EXERCISE DIRECTIONS>
In the entries below, which lines run from the one containing "#130=FACE_BOUND('',#129,.T.);" to the one containing "#165=LINE('',#163,#164);"? Copy exactly those lines, ends included, and no others.

(Records from a data source)
--------------------------------------------------

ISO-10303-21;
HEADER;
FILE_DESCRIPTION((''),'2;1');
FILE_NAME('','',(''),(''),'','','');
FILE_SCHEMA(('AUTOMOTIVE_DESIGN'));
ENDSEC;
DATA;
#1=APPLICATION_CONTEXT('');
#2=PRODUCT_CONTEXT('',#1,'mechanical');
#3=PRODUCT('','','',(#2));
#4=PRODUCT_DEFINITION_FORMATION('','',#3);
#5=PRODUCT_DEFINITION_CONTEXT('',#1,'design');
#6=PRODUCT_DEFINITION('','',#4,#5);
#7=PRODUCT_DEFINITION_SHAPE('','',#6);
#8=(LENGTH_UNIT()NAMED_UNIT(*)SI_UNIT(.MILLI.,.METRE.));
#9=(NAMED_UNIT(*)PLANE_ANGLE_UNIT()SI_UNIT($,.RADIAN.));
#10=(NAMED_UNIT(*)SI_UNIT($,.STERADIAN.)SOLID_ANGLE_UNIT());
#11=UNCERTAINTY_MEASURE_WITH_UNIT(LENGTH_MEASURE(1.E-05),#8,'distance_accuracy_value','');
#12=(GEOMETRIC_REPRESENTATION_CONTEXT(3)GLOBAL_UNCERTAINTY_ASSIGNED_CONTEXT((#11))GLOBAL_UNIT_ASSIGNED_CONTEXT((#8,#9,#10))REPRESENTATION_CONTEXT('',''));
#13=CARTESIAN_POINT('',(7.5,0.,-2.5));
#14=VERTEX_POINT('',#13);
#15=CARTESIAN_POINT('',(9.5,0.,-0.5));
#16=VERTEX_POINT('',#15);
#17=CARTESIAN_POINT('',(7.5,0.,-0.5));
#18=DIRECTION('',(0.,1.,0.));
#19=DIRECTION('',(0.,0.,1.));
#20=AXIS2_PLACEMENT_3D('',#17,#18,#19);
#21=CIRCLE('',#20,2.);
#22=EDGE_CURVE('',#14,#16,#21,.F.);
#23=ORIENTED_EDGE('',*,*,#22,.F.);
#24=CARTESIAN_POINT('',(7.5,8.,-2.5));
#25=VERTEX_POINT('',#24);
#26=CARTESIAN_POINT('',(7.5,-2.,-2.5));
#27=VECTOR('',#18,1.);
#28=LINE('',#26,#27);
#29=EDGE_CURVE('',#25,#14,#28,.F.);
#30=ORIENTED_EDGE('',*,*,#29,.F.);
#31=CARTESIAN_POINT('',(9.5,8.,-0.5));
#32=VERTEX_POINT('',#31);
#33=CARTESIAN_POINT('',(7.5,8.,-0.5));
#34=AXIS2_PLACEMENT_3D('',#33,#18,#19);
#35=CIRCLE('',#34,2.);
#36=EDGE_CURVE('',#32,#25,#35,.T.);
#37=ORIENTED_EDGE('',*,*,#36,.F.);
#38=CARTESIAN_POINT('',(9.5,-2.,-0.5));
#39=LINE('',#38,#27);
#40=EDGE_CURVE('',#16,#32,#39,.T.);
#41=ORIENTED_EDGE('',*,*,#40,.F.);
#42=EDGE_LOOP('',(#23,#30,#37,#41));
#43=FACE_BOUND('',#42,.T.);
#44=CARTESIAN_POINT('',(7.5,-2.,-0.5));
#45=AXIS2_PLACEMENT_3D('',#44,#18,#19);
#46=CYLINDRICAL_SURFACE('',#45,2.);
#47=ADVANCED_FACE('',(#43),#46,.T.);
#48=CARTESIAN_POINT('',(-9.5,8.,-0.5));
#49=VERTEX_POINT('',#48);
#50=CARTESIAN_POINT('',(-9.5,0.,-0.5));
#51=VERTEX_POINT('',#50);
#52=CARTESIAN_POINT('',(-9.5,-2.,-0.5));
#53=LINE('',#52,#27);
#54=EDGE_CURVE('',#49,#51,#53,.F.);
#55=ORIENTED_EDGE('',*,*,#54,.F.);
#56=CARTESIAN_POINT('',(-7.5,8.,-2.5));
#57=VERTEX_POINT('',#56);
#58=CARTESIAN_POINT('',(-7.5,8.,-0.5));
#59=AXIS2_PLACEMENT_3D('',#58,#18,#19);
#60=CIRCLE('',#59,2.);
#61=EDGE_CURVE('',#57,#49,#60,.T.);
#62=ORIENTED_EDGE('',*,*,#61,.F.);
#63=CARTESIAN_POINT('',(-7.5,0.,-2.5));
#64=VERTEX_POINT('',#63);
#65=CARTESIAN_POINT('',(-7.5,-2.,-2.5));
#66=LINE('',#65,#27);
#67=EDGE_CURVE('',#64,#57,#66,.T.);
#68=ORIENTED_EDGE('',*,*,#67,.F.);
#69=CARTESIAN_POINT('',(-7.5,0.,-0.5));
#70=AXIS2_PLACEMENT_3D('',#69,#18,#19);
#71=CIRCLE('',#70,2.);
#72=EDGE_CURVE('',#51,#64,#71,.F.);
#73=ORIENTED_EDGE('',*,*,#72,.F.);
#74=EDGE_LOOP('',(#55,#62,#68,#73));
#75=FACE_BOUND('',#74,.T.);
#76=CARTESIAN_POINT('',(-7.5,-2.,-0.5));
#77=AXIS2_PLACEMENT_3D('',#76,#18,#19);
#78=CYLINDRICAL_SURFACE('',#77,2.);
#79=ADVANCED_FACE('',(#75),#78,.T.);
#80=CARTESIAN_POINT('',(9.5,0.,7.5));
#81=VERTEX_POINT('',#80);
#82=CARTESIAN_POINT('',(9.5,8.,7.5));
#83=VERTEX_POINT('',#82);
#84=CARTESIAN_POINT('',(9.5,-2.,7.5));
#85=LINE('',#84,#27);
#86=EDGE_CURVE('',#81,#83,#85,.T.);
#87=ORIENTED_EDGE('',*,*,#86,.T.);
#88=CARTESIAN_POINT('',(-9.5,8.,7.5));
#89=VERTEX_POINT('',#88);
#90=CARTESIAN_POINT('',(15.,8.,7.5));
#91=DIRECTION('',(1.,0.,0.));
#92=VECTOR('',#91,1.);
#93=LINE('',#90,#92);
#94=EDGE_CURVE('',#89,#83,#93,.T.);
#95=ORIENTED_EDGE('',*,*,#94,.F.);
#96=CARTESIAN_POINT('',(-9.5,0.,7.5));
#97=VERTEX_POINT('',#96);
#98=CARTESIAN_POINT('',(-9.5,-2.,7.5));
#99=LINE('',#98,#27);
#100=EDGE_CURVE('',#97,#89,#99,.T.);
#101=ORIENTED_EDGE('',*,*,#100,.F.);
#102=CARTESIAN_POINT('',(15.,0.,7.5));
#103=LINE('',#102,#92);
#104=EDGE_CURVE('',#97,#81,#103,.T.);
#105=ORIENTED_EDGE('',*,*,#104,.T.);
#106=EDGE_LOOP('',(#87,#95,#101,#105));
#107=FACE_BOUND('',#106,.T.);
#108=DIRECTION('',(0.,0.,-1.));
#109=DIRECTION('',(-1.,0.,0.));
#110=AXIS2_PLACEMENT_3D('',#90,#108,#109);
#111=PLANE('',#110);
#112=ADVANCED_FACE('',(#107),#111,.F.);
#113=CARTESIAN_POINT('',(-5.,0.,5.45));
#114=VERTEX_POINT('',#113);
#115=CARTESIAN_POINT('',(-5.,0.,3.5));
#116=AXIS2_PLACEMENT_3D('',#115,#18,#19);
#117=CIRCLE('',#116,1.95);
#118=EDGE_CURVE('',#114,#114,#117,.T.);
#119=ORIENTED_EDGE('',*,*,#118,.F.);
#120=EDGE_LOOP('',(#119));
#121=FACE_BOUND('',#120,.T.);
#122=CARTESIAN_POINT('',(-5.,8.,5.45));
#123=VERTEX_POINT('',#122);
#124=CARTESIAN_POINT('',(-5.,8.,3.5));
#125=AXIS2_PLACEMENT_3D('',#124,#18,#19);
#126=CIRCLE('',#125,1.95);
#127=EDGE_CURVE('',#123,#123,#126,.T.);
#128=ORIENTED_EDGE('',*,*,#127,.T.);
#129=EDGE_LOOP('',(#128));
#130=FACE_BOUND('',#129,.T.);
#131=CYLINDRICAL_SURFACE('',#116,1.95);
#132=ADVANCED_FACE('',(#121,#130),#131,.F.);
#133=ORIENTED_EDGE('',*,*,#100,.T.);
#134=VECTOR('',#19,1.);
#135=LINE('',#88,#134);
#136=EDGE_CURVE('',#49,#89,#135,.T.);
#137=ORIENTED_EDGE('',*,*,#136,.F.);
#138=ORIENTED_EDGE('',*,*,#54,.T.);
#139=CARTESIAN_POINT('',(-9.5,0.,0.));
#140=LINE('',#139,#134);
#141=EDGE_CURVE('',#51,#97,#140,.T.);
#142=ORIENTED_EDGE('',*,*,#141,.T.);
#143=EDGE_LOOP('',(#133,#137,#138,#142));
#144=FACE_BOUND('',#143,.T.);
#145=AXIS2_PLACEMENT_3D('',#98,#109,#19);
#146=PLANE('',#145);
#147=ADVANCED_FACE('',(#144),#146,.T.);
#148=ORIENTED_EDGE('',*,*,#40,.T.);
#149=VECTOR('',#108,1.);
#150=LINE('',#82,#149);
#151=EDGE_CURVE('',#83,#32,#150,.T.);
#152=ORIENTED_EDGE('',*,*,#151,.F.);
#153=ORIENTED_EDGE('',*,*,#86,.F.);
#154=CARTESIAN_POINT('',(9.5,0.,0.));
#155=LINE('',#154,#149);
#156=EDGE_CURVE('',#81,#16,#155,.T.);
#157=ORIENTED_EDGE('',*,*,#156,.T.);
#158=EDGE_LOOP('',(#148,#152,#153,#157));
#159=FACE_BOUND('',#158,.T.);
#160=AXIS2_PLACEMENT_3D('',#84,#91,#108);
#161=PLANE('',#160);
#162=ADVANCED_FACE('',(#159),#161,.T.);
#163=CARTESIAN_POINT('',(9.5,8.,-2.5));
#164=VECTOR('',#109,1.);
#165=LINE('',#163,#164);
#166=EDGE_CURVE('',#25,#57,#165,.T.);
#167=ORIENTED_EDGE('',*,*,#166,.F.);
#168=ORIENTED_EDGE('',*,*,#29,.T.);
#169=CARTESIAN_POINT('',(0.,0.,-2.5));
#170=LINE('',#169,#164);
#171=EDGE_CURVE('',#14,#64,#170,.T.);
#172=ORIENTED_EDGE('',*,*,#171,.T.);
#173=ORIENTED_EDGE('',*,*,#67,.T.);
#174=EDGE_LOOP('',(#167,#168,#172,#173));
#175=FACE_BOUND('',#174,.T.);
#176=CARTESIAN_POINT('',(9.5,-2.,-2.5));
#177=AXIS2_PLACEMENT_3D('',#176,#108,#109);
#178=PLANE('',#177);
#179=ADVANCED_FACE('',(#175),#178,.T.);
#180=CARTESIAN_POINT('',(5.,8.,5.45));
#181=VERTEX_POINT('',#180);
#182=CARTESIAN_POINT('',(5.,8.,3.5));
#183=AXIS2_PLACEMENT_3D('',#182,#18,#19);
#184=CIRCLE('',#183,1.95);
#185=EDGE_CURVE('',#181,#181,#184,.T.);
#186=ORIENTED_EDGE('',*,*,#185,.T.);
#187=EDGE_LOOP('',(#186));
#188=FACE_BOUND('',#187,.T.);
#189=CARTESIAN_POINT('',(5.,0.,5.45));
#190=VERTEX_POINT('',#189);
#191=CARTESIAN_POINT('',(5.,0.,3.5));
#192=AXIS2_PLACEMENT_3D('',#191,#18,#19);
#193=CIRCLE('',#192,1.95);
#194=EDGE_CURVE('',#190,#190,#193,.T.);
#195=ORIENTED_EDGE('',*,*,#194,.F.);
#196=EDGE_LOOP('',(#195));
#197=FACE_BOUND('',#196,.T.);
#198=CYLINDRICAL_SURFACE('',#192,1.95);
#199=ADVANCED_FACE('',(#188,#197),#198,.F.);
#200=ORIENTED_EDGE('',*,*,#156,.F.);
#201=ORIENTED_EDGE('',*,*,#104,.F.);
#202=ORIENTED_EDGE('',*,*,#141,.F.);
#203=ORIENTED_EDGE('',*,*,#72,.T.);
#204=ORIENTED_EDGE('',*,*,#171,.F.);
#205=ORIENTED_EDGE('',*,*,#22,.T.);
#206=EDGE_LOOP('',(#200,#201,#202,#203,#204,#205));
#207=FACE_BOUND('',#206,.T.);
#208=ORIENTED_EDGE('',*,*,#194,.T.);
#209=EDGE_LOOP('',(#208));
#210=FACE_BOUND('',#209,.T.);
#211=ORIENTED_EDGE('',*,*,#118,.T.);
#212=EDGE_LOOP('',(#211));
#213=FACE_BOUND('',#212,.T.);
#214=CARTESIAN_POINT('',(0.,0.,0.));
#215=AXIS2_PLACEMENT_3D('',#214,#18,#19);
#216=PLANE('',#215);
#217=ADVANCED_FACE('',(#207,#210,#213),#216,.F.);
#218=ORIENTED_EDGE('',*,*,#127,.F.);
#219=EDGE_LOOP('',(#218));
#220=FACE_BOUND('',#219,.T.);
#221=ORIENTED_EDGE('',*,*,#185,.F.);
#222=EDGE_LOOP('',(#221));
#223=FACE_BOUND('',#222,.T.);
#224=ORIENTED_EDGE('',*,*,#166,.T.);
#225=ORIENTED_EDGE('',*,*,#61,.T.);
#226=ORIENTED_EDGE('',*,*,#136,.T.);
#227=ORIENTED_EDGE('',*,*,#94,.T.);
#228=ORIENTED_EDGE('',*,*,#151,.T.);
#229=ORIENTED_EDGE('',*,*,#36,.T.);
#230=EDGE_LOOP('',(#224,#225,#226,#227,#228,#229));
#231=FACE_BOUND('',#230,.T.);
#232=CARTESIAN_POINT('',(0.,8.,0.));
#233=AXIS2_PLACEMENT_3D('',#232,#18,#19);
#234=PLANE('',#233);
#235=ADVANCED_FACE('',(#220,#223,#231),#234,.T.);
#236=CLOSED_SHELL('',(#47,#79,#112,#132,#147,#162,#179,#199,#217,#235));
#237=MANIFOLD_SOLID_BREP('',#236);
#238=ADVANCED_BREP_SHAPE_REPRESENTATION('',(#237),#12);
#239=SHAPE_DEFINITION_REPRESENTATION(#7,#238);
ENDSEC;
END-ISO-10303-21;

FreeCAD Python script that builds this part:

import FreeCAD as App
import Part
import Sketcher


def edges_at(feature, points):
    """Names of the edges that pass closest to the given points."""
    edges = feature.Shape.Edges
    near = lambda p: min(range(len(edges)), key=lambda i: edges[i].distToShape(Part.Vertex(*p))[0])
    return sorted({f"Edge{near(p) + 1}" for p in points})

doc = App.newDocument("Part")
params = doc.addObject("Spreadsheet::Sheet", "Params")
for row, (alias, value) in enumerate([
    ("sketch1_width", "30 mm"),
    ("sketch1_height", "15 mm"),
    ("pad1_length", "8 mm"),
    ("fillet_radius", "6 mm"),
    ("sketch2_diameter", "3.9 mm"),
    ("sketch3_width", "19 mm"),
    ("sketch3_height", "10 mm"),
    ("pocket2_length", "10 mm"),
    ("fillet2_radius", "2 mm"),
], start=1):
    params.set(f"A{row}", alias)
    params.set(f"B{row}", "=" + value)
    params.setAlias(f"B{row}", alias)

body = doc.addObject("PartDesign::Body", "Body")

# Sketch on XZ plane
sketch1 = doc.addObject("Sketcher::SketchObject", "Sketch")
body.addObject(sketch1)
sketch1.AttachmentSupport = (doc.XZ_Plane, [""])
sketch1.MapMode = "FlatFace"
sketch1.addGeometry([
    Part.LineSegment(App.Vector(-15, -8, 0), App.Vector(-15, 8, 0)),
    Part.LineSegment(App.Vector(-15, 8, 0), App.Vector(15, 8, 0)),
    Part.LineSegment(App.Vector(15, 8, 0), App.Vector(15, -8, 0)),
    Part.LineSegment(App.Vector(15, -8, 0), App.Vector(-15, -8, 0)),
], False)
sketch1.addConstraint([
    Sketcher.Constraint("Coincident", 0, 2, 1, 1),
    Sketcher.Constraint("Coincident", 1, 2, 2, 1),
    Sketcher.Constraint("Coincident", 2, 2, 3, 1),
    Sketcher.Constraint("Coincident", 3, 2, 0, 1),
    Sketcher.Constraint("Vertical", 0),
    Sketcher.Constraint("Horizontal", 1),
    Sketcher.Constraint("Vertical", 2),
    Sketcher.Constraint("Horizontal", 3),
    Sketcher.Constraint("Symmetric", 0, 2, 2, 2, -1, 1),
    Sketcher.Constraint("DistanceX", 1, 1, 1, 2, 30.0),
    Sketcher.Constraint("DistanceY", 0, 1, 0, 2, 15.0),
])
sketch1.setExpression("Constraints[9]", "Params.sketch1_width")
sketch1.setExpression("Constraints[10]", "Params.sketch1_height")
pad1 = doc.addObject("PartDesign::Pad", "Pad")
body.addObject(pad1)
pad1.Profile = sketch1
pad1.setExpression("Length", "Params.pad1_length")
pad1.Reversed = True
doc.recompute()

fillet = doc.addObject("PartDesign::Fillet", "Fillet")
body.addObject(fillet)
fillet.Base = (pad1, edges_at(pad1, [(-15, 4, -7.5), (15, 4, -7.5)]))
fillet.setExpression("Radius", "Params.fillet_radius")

--------------------------------------------------

RESULT OF THIS EXERCISE>
#130=FACE_BOUND('',#129,.T.);
#131=CYLINDRICAL_SURFACE('',#116,1.95);
#132=ADVANCED_FACE('',(#121,#130),#131,.F.);
#133=ORIENTED_EDGE('',*,*,#100,.T.);
#134=VECTOR('',#19,1.);
#135=LINE('',#88,#134);
#136=EDGE_CURVE('',#49,#89,#135,.T.);
#137=ORIENTED_EDGE('',*,*,#136,.F.);
#138=ORIENTED_EDGE('',*,*,#54,.T.);
#139=CARTESIAN_POINT('',(-9.5,0.,0.));
#140=LINE('',#139,#134);
#141=EDGE_CURVE('',#51,#97,#140,.T.);
#142=ORIENTED_EDGE('',*,*,#141,.T.);
#143=EDGE_LOOP('',(#133,#137,#138,#142));
#144=FACE_BOUND('',#143,.T.);
#145=AXIS2_PLACEMENT_3D('',#98,#109,#19);
#146=PLANE('',#145);
#147=ADVANCED_FACE('',(#144),#146,.T.);
#148=ORIENTED_EDGE('',*,*,#40,.T.);
#149=VECTOR('',#108,1.);
#150=LINE('',#82,#149);
#151=EDGE_CURVE('',#83,#32,#150,.T.);
#152=ORIENTED_EDGE('',*,*,#151,.F.);
#153=ORIENTED_EDGE('',*,*,#86,.F.);
#154=CARTESIAN_POINT('',(9.5,0.,0.));
#155=LINE('',#154,#149);
#156=EDGE_CURVE('',#81,#16,#155,.T.);
#157=ORIENTED_EDGE('',*,*,#156,.T.);
#158=EDGE_LOOP('',(#148,#152,#153,#157));
#159=FACE_BOUND('',#158,.T.);
#160=AXIS2_PLACEMENT_3D('',#84,#91,#108);
#161=PLANE('',#160);
#162=ADVANCED_FACE('',(#159),#161,.T.);
#163=CARTESIAN_POINT('',(9.5,8.,-2.5));
#164=VECTOR('',#109,1.);
#165=LINE('',#163,#164);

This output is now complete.